RECORDS SHOWN:
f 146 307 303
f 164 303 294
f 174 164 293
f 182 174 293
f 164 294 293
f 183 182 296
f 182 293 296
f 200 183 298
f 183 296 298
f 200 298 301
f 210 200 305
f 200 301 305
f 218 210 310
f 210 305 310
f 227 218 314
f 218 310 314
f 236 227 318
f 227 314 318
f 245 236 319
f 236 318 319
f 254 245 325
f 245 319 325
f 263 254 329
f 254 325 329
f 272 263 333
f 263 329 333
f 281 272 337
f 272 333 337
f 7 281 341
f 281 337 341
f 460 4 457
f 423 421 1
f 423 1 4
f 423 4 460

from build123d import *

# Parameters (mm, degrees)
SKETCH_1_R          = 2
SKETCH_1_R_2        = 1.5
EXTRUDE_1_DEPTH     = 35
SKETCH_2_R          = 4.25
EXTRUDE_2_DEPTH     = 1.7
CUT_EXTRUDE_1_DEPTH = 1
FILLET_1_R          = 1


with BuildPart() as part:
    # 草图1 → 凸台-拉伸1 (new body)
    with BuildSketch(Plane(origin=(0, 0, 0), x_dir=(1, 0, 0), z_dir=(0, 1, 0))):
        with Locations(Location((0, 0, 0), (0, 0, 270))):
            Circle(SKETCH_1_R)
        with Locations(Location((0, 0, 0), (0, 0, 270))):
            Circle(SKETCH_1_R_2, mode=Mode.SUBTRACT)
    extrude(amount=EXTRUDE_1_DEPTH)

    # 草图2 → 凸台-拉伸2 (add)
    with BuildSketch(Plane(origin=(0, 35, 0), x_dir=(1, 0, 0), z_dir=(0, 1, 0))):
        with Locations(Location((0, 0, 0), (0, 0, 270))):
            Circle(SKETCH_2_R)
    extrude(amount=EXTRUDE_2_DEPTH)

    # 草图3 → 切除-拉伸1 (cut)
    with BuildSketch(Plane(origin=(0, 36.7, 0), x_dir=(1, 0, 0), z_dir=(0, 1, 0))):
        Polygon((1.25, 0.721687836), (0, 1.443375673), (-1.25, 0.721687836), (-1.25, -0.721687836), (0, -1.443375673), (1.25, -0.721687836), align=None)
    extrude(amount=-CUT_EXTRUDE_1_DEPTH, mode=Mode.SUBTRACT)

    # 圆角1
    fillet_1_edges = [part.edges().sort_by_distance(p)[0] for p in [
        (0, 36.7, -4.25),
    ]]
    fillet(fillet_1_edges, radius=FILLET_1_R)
* * *
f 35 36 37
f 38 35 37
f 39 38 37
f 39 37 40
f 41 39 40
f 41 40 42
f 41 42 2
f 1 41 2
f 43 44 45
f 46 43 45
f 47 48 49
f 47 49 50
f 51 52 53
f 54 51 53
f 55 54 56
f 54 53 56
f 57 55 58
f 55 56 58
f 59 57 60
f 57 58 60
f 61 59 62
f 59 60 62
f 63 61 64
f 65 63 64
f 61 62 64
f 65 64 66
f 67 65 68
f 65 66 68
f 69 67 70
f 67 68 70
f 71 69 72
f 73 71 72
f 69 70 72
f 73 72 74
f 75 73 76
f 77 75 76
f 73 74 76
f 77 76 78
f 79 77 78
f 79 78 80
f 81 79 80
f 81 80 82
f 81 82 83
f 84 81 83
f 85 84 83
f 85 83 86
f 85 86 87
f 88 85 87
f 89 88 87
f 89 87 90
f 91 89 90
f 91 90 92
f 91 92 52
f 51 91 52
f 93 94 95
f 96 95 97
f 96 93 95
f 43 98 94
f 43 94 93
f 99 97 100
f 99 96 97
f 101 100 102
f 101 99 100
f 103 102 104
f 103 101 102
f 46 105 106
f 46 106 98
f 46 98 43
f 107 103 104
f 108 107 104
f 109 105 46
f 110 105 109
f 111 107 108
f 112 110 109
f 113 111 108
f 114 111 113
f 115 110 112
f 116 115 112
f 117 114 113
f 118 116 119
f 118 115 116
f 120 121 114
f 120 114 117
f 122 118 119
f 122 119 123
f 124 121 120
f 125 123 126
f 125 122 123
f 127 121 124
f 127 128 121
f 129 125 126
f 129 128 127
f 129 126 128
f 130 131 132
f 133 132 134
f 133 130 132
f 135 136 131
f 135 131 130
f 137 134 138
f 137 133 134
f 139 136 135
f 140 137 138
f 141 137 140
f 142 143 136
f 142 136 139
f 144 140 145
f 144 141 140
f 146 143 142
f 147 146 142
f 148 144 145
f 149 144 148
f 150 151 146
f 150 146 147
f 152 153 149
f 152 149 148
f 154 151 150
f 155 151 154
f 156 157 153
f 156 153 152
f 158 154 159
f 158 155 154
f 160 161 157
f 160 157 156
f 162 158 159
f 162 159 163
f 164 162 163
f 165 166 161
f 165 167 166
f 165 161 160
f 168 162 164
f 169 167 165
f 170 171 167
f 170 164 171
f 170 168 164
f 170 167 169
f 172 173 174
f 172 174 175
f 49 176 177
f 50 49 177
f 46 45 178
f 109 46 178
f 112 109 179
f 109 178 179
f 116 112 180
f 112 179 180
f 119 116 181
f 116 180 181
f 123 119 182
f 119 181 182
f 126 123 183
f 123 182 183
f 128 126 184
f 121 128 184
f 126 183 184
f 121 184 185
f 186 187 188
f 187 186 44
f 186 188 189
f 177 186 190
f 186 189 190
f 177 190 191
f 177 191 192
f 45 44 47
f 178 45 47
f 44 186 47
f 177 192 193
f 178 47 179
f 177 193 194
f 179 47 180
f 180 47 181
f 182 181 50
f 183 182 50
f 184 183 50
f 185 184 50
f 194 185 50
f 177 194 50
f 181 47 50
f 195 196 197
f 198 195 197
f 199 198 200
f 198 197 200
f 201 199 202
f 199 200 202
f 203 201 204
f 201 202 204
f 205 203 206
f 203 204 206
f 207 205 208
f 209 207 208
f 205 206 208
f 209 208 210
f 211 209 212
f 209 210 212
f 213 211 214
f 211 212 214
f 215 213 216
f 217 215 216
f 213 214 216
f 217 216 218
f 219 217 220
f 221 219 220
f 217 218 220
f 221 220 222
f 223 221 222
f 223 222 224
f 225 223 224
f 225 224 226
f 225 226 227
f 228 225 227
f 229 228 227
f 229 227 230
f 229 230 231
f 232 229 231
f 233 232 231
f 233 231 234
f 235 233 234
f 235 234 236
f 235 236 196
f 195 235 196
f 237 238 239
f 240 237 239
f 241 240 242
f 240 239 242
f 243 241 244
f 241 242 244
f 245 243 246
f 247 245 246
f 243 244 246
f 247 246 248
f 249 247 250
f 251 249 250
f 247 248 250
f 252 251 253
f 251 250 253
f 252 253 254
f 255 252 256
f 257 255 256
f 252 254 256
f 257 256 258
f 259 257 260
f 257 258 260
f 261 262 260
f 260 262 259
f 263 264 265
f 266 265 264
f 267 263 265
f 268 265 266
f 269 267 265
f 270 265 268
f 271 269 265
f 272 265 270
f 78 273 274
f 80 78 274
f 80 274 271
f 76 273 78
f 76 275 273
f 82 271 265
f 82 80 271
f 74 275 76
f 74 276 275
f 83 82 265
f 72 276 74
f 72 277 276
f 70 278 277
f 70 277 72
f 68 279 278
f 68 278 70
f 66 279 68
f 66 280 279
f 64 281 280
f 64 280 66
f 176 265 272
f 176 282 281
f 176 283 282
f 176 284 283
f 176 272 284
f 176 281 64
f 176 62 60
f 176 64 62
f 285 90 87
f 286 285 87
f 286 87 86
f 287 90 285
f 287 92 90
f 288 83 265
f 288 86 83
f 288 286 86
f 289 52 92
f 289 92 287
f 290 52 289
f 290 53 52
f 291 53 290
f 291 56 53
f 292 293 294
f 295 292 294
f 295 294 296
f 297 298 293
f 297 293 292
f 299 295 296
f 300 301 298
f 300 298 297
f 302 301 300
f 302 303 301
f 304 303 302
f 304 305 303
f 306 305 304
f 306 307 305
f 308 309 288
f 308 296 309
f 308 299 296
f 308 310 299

EXERCISE INSTRUCTIONS:
Say how many lines in the records hold "SUBTRACT", with the number as the whole reply.

RESULT OF THIS EXERCISE:
2